AIM OF THE TASK
Lines from the beginning of the data below through the one containing "Line((30.5, -20), (70.5, -20))" are to be printed exactly as they appear.

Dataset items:

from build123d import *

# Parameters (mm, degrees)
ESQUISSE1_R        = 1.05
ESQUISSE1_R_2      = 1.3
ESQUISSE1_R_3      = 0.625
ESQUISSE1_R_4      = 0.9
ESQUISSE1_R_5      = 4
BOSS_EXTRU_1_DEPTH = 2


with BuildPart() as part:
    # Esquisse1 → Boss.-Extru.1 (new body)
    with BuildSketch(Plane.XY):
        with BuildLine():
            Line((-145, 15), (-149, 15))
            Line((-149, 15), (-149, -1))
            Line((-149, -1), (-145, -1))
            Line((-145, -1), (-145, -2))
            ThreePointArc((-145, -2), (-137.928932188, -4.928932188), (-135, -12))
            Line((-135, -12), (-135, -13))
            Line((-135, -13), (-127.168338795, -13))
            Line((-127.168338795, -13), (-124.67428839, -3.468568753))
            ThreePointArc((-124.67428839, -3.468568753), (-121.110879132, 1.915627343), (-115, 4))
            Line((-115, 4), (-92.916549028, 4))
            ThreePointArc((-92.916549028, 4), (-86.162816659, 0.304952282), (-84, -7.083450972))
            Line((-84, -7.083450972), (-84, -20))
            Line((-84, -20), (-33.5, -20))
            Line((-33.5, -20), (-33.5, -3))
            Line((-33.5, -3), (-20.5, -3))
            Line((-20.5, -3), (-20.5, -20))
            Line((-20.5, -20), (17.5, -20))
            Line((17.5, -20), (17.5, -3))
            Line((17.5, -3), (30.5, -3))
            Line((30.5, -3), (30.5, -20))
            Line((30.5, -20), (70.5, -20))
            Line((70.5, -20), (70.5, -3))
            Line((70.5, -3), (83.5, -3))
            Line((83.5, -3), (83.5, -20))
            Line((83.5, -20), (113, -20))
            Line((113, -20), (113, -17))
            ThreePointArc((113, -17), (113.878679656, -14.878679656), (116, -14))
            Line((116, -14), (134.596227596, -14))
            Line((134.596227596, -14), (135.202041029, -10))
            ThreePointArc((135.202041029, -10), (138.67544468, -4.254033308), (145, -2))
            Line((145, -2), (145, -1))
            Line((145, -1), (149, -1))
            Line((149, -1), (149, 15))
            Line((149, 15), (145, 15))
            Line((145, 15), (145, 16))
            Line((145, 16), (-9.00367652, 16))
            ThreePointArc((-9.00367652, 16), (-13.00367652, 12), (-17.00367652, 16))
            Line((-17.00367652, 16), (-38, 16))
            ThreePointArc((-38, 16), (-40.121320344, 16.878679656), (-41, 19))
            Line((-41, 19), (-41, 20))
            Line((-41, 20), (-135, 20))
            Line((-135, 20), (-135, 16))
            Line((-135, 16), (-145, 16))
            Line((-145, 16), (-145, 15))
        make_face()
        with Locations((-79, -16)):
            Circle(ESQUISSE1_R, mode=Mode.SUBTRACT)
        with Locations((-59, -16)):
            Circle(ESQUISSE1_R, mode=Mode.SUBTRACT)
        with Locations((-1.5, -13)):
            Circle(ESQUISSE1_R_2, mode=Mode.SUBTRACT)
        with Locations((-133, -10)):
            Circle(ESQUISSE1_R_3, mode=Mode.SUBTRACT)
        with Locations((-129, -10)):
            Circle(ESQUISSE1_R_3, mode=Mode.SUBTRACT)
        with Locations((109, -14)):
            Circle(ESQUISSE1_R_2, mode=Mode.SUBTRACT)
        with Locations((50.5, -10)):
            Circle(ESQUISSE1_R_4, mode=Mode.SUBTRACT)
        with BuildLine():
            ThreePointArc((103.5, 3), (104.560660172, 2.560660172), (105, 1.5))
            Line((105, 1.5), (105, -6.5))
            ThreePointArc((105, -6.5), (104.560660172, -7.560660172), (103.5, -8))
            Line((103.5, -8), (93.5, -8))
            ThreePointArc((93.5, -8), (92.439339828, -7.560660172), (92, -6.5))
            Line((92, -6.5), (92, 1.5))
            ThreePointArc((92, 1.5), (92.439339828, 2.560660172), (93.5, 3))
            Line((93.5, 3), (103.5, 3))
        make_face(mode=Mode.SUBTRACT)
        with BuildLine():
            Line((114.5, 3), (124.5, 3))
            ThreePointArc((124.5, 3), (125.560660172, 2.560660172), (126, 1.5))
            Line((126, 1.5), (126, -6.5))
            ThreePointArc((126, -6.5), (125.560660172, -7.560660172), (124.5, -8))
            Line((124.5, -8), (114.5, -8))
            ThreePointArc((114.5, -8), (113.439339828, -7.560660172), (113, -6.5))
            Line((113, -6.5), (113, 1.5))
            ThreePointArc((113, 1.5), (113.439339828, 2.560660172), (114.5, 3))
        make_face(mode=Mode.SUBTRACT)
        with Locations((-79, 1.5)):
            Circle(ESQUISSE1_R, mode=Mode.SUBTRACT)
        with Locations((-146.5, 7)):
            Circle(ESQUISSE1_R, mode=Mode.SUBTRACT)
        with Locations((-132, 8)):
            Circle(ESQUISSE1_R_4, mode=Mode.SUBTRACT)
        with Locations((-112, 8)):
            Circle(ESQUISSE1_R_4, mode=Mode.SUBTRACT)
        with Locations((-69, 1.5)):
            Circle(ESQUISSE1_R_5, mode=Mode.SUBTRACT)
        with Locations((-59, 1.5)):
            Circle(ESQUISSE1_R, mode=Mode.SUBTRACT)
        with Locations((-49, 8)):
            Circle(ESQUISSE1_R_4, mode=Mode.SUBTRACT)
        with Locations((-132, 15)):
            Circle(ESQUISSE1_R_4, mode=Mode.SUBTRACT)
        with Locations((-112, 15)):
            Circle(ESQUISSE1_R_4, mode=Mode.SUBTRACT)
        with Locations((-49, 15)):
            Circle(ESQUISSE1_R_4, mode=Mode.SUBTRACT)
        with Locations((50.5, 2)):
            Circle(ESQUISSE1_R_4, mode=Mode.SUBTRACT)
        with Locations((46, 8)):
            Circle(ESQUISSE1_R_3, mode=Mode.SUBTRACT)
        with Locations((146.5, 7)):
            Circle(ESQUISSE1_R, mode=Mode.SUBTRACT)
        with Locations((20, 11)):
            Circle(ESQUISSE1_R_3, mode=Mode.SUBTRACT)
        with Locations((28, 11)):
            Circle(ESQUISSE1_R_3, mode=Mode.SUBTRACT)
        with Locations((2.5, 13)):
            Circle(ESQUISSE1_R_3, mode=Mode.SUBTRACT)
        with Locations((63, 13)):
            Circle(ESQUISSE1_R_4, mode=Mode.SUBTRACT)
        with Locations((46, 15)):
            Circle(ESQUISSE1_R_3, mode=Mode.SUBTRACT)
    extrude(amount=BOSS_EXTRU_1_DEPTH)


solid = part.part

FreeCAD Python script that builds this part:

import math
import FreeCAD as App
import Part
import Sketcher
from FreeCAD import Vector

doc = App.newDocument("Part")
body = doc.addObject("PartDesign::Body", "Body")

# Sketch on XY plane
sketch1 = body.newObject("Sketcher::SketchObject", "Sketch")
sketch1.AttachmentSupport = (doc.getObject("XY_Plane"), [""])
sketch1.MapMode = "FlatFace"
sketch1.addGeometry([
    Part.LineSegment(Vector(-145, 15, 0), Vector(-149, 15, 0)),  # 0
    Part.LineSegment(Vector(-149, 15, 0), Vector(-149, -1, 0)),  # 1
    Part.LineSegment(Vector(-149, -1, 0), Vector(-145, -1, 0)),  # 2
    Part.LineSegment(Vector(-145, -1, 0), Vector(-145, -2, 0)),  # 3
    Part.ArcOfCircle(Part.Circle(Vector(-145, -12, 0), Vector(0, 0, 1), 10), math.radians(0), math.radians(90)),  # 4
    Part.LineSegment(Vector(-135, -12, 0), Vector(-135, -13, 0)),  # 5
    Part.LineSegment(Vector(-135, -13, 0), Vector(-127.168339, -13, 0)),  # 6
    Part.LineSegment(Vector(-127.168339, -13, 0), Vector(-124.674288, -3.468569, 0)),  # 7
    Part.ArcOfCircle(Part.Circle(Vector(-115, -6, 0), Vector(0, 0, 1), 10), math.radians(90), math.radians(165.336416)),  # 8
    Part.LineSegment(Vector(-115, 4, 0), Vector(-92.916549, 4, 0)),  # 9
    Part.ArcOfCircle(Part.Circle(Vector(-94, -6, 0), Vector(0, 0, 1), 10.058522), math.radians(-6.183596), math.radians(83.816404)),  # 10
    Part.LineSegment(Vector(-84, -7.083451, 0), Vector(-84, -20, 0)),  # 11
    Part.LineSegment(Vector(-84, -20, 0), Vector(-33.5, -20, 0)),  # 12
    Part.LineSegment(Vector(-33.5, -20, 0), Vector(-33.5, -3, 0)),  # 13
    Part.LineSegment(Vector(-33.5, -3, 0), Vector(-20.5, -3, 0)),  # 14
    Part.LineSegment(Vector(-20.5, -3, 0), Vector(-20.5, -20, 0)),  # 15
    Part.LineSegment(Vector(-20.5, -20, 0), Vector(17.5, -20, 0)),  # 16
    Part.LineSegment(Vector(17.5, -20, 0), Vector(17.5, -3, 0)),  # 17
    Part.LineSegment(Vector(17.5, -3, 0), Vector(30.5, -3, 0)),  # 18
    Part.LineSegment(Vector(30.5, -3, 0), Vector(30.5, -20, 0)),  # 19
    Part.LineSegment(Vector(30.5, -20, 0), Vector(70.5, -20, 0)),  # 20
    Part.LineSegment(Vector(70.5, -20, 0), Vector(70.5, -3, 0)),  # 21
    Part.LineSegment(Vector(70.5, -3, 0), Vector(83.5, -3, 0)),  # 22
    Part.LineSegment(Vector(83.5, -3, 0), Vector(83.5, -20, 0)),  # 23
    Part.LineSegment(Vector(83.5, -20, 0), Vector(113, -20, 0)),  # 24
    Part.LineSegment(Vector(113, -20, 0), Vector(113, -17, 0)),  # 25
    Part.ArcOfCircle(Part.Circle(Vector(116, -17, 0), Vector(0, 0, 1), 3), math.radians(90), math.radians(180)),  # 26
    Part.LineSegment(Vector(116, -14, 0), Vector(134.596228, -14, 0)),  # 27
    Part.LineSegment(Vector(134.596228, -14, 0), Vector(135.202041, -10, 0)),  # 28
    Part.ArcOfCircle(Part.Circle(Vector(145, -12, 0), Vector(0, 0, 1), 10), math.radians(90), math.radians(168.463041)),  # 29
    Part.LineSegment(Vector(145, -2, 0), Vector(145, -1, 0)),  # 30
    Part.LineSegment(Vector(145, -1, 0), Vector(149, -1, 0)),  # 31
    Part.LineSegment(Vector(149, -1, 0), Vector(149, 15, 0)),  # 32
    Part.LineSegment(Vector(149, 15, 0), Vector(145, 15, 0)),  # 33
    Part.LineSegment(Vector(145, 15, 0), Vector(145, 16, 0)),  # 34
    Part.LineSegment(Vector(145, 16, 0), Vector(-9.003677, 16, 0)),  # 35
    Part.ArcOfCircle(Part.Circle(Vector(-13.003677, 16, 0), Vector(0, 0, 1), 4), math.radians(180), math.radians(360)),  # 36
    Part.LineSegment(Vector(-17.003677, 16, 0), Vector(-38, 16, 0)),  # 37
    Part.ArcOfCircle(Part.Circle(Vector(-38, 19, 0), Vector(0, 0, 1), 3), math.radians(180), math.radians(270)),  # 38
    Part.LineSegment(Vector(-41, 19, 0), Vector(-41, 20, 0)),  # 39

TASK RESPONSE
from build123d import *

# Parameters (mm, degrees)
ESQUISSE1_R        = 1.05
ESQUISSE1_R_2      = 1.3
ESQUISSE1_R_3      = 0.625
ESQUISSE1_R_4      = 0.9
ESQUISSE1_R_5      = 4
BOSS_EXTRU_1_DEPTH = 2


with BuildPart() as part:
    # Esquisse1 → Boss.-Extru.1 (new body)
    with BuildSketch(Plane.XY):
        with BuildLine():
            Line((-145, 15), (-149, 15))
            Line((-149, 15), (-149, -1))
            Line((-149, -1), (-145, -1))
            Line((-145, -1), (-145, -2))
            ThreePointArc((-145, -2), (-137.928932188, -4.928932188), (-135, -12))
            Line((-135, -12), (-135, -13))
            Line((-135, -13), (-127.168338795, -13))
            Line((-127.168338795, -13), (-124.67428839, -3.468568753))
            ThreePointArc((-124.67428839, -3.468568753), (-121.110879132, 1.915627343), (-115, 4))
            Line((-115, 4), (-92.916549028, 4))
            ThreePointArc((-92.916549028, 4), (-86.162816659, 0.304952282), (-84, -7.083450972))
            Line((-84, -7.083450972), (-84, -20))
            Line((-84, -20), (-33.5, -20))
            Line((-33.5, -20), (-33.5, -3))
            Line((-33.5, -3), (-20.5, -3))
            Line((-20.5, -3), (-20.5, -20))
            Line((-20.5, -20), (17.5, -20))
            Line((17.5, -20), (17.5, -3))
            Line((17.5, -3), (30.5, -3))
            Line((30.5, -3), (30.5, -20))
            Line((30.5, -20), (70.5, -20))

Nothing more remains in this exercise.